One morning I get up to find Dad sat in his new chair next to the electric fire, both bars burning brightly. He’s turned up the under-floor heating to its fullest and as I enter the room it scorches my socks. I shake my head, exasperated. He doesn’t have a clue how to set the temperature – he just winds it up like a bloody clock. He’s in good humour despite looking rough from his ‘debt collecting’ expedition the night before. I wrinkle my nose: the sweltering heat, Dad’s farts, and the reek of stale beer are a bit too much for me to manage a ‘good morning’.
I turn down the temperature and open the balcony doors, gulping in fresh air while Maureen makes a pot of tea. Today I get my dole money; a few bottles of beer, a half of whisky and a good dose of Dylan strike me as the way to go. I light a cigarette, feeling the urge to drink to oblivion.

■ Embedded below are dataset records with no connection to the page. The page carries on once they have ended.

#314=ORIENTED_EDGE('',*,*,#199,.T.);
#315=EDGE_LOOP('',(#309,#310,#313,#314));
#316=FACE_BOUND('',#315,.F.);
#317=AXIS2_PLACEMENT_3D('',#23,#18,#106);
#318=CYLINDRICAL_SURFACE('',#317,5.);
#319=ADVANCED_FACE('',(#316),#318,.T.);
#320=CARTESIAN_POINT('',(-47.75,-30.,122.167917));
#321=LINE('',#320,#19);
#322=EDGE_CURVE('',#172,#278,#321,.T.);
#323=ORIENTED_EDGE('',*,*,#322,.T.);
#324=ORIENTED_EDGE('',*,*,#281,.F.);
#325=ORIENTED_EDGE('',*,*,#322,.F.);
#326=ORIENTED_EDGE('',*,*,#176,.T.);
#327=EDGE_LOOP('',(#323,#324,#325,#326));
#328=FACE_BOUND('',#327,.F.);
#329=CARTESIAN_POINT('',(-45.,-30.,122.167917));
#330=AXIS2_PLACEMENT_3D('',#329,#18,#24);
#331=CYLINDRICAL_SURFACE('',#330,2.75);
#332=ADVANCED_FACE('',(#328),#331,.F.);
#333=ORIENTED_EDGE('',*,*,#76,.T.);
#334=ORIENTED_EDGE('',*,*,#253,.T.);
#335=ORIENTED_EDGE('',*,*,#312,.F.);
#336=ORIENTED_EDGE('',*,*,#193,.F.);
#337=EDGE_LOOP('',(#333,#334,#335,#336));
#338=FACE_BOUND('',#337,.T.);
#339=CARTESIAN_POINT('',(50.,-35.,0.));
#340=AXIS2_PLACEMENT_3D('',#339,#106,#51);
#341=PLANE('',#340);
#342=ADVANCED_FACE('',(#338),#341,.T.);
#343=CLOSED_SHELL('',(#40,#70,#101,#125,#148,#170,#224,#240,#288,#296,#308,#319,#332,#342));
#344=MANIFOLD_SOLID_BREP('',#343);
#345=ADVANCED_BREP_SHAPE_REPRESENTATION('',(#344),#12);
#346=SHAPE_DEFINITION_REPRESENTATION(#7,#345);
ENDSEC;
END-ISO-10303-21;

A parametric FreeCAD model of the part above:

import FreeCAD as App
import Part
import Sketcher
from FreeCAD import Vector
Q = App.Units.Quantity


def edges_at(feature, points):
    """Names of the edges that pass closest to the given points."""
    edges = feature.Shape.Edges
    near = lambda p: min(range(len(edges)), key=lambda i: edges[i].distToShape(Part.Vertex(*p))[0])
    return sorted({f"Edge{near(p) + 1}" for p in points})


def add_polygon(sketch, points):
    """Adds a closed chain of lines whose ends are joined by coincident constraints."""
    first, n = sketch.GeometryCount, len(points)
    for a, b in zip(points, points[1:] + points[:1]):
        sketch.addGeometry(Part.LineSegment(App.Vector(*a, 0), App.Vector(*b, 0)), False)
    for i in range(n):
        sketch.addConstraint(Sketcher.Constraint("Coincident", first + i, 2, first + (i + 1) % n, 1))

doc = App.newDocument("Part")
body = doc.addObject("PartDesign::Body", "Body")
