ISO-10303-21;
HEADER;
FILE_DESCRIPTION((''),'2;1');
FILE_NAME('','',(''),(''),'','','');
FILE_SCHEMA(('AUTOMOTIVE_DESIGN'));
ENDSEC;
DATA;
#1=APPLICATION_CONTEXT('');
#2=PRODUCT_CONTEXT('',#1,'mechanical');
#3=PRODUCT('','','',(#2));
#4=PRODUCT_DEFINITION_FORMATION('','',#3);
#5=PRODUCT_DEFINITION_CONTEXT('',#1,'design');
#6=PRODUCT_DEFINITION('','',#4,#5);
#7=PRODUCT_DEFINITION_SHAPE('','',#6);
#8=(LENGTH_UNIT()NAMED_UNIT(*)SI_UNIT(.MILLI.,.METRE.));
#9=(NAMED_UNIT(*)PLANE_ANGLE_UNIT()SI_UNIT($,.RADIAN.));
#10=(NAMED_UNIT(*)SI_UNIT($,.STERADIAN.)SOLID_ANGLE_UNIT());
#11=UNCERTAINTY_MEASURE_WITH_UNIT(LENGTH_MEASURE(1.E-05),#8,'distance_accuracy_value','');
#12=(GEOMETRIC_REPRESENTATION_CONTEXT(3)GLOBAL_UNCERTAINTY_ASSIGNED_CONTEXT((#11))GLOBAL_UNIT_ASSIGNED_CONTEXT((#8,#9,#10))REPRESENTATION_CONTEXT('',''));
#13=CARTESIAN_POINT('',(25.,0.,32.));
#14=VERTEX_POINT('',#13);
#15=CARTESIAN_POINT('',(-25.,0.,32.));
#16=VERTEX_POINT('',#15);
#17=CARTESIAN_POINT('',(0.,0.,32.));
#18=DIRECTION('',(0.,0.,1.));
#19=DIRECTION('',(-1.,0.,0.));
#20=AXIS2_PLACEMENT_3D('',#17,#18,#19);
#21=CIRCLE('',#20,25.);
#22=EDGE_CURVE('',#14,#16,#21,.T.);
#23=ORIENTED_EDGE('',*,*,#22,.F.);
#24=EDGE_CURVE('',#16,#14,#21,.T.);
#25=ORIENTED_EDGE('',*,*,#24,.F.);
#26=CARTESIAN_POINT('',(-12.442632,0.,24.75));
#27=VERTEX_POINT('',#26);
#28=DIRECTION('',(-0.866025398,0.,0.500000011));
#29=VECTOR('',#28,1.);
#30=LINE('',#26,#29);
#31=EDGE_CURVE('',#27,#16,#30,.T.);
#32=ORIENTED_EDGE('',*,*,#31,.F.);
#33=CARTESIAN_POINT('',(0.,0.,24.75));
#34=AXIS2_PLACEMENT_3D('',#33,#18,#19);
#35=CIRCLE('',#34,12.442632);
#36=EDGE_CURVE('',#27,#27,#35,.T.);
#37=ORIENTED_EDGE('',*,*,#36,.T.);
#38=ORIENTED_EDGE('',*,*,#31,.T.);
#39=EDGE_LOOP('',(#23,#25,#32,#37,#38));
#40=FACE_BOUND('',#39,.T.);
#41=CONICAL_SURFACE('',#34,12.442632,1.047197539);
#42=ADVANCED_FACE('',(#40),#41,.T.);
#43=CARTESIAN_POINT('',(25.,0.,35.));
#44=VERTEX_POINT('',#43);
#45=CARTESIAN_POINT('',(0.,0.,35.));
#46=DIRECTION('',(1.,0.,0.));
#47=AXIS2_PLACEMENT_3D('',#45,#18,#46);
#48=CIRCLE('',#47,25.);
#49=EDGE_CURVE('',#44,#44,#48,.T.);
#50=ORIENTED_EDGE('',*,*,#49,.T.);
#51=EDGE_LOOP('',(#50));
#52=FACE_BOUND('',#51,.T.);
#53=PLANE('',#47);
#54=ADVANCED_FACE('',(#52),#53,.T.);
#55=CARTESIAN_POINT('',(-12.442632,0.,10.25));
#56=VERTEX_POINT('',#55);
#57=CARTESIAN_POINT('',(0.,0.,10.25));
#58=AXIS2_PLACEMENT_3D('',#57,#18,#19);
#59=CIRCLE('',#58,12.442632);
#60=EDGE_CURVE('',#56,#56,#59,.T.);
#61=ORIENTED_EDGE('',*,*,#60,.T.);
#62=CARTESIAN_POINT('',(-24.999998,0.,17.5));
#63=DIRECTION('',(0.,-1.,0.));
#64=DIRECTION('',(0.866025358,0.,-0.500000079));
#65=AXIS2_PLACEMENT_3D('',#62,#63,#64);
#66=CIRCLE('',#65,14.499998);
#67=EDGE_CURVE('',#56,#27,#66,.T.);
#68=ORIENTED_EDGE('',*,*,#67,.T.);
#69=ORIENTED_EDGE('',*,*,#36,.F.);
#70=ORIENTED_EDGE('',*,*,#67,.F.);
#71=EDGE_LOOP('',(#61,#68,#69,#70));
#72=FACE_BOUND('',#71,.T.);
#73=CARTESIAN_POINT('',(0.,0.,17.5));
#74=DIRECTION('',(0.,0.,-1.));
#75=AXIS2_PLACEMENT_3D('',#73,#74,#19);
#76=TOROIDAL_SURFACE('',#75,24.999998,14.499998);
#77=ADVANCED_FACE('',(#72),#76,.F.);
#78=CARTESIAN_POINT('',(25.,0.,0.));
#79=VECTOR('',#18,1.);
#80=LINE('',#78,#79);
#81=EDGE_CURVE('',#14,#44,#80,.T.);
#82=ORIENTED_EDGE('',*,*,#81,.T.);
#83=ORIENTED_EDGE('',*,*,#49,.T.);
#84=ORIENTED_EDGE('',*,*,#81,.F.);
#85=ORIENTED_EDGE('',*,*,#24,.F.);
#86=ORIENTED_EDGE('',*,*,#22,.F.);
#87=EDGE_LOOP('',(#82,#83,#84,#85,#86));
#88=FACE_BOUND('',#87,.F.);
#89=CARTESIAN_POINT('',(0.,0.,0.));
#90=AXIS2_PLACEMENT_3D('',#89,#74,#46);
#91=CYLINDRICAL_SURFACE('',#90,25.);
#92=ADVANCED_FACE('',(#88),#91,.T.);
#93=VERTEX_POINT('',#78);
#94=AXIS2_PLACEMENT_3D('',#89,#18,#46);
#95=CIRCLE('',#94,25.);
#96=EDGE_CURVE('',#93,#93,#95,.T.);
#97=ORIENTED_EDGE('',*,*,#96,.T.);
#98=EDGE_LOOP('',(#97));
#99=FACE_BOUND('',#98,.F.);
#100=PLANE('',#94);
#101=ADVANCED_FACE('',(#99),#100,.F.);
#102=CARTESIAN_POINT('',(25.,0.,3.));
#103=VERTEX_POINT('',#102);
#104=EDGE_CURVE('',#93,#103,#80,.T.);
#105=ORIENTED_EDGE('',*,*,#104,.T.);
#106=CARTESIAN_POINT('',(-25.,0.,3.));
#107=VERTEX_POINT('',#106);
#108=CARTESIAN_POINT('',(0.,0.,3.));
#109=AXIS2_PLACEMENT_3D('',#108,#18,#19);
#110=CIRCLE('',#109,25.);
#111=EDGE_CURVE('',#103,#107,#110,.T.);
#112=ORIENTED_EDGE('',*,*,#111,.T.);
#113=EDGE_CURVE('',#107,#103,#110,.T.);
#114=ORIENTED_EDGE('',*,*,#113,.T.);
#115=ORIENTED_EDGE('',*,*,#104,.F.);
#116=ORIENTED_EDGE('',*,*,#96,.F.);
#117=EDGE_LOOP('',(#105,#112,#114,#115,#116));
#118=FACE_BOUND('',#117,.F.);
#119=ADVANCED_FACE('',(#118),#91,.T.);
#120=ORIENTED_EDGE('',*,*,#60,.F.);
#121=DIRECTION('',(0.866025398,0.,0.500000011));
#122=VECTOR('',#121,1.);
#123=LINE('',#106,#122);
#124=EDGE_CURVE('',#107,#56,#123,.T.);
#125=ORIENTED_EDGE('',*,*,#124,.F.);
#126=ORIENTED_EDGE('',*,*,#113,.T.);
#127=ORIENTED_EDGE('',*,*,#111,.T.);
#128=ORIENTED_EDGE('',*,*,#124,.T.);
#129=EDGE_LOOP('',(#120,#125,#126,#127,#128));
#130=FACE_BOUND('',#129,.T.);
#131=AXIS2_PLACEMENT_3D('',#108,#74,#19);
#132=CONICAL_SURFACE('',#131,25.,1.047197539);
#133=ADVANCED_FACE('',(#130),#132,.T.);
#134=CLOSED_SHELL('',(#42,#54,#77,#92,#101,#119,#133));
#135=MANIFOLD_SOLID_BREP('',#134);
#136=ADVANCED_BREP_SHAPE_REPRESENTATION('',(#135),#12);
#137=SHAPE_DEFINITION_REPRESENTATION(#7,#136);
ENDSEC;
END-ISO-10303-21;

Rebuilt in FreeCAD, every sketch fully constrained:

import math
import FreeCAD as App
import Part
import Sketcher

V = App.Vector
Q = App.Units.Quantity

doc = App.newDocument("Part")
params = doc.addObject("Spreadsheet::Sheet", "Params")
for row, (alias, value) in enumerate([
    ("sketch1_diameter", "50 mm"),
    ("pad1_length", "35 mm"),
    ("sketch2_height", "29 mm"),
    ("sketch2_length", "14.5 mm"),
    ("groove_angle", "360 deg"),
], start=1):
    params.set(f"A{row}", alias)
    params.set(f"B{row}", "=" + value)
    params.setAlias(f"B{row}", alias)

body = doc.addObject("PartDesign::Body", "Body")

# Sketch on XY plane
sketch1 = doc.addObject("Sketcher::SketchObject", "Sketch")
body.addObject(sketch1)
sketch1.AttachmentSupport = (doc.XY_Plane, [""])
sketch1.MapMode = "FlatFace"
sketch1.addGeometry(Part.Circle(V(0, 0, 0), V(0, 0, 1), 25), False)
sketch1.addConstraint([
    Sketcher.Constraint("Coincident", 0, 3, -1, 1),
    Sketcher.Constraint("Diameter", 0, Q("50 mm")),
])
sketch1.setExpression("Constraints[1]", "Params.sketch1_diameter")
pad1 = doc.addObject("PartDesign::Pad", "Pad")
body.addObject(pad1)
pad1.Profile = sketch1
pad1.setExpression("Length", "Params.pad1_length")

# Sketch on XZ plane
sketch2 = doc.addObject("Sketcher::SketchObject", "Sketch001")
body.addObject(sketch2)
sketch2.AttachmentSupport = (doc.XZ_Plane, [""])
sketch2.MapMode = "FlatFace"
sketch2.addGeometry([
    Part.LineSegment(V(-12.442632, 24.75, 0), V(-25, 32, 0)),
    Part.LineSegment(V(-25, 32, 0), V(-25, 3, 0)),
    Part.LineSegment(V(-25, 3, 0), V(-12.442632, 10.25, 0)),
    Part.ArcOfCircle(Part.Circle(V(-24.999998, 17.5, 0), V(0, 0, 1), 14.499998), math.radians(-30.000005), math.radians(30.000005)),
], False)
sketch2.addConstraint([
    Sketcher.Constraint("Coincident", 0, 2, 1, 1),
    Sketcher.Constraint("Coincident", 1, 2, 2, 1),
    Sketcher.Constraint("Coincident", 2, 2, 3, 1),
    Sketcher.Constraint("Coincident", 3, 2, 0, 1),
    Sketcher.Constraint("Vertical", 1),
    Sketcher.Constraint("Vertical", 2, 2, 3, 2),
    Sketcher.Constraint("Equal", 0, 2),
    Sketcher.Constraint("DistanceY", 1, 2, 1, 1, Q("29 mm")),
    Sketcher.Constraint("Angle", 0, Q("149.999999 deg")),
    Sketcher.Constraint("DistanceX", 0, 2, -1, 1, Q("25 mm")),
    Sketcher.Constraint("DistanceY", -1, 1, 0, 2, Q("32 mm")),
    Sketcher.Constraint("Distance", 0, Q("14.5 mm")),
    Sketcher.Constraint("Radius", 3, Q("14.499998 mm")),
])
sketch2.setExpression("Constraints[7]", "Params.sketch2_height")
sketch2.setExpression("Constraints[11]", "Params.sketch2_length")
groove = doc.addObject("PartDesign::Groove", "Groove")
body.addObject(groove)
groove.Profile = sketch2
groove.ReferenceAxis = (sketch2, ["V_Axis"])
groove.setExpression("Angle", "Params.groove_angle")

doc.recompute()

Maureen is heavily pregnant now and waddles as she crosses the sitting room to hand me my tea. She smiles, but there is no truth in it; the struggle just to keep going shows in her eyes and the dark emptiness behind them. None of us are living any more – we’re all filling time. Maureen never leaves the flat except to walk to the shops. The short journey is always harrowing: women go out of their way to spit at her and shout ‘whore’, ‘Hindley bitch’ and ‘Hindley cow’ to her face. She has to fight to protect Paul in his pram from the thick phlegm that’s directed at him too, and returns home weeping and terrified. That’s her daily existence.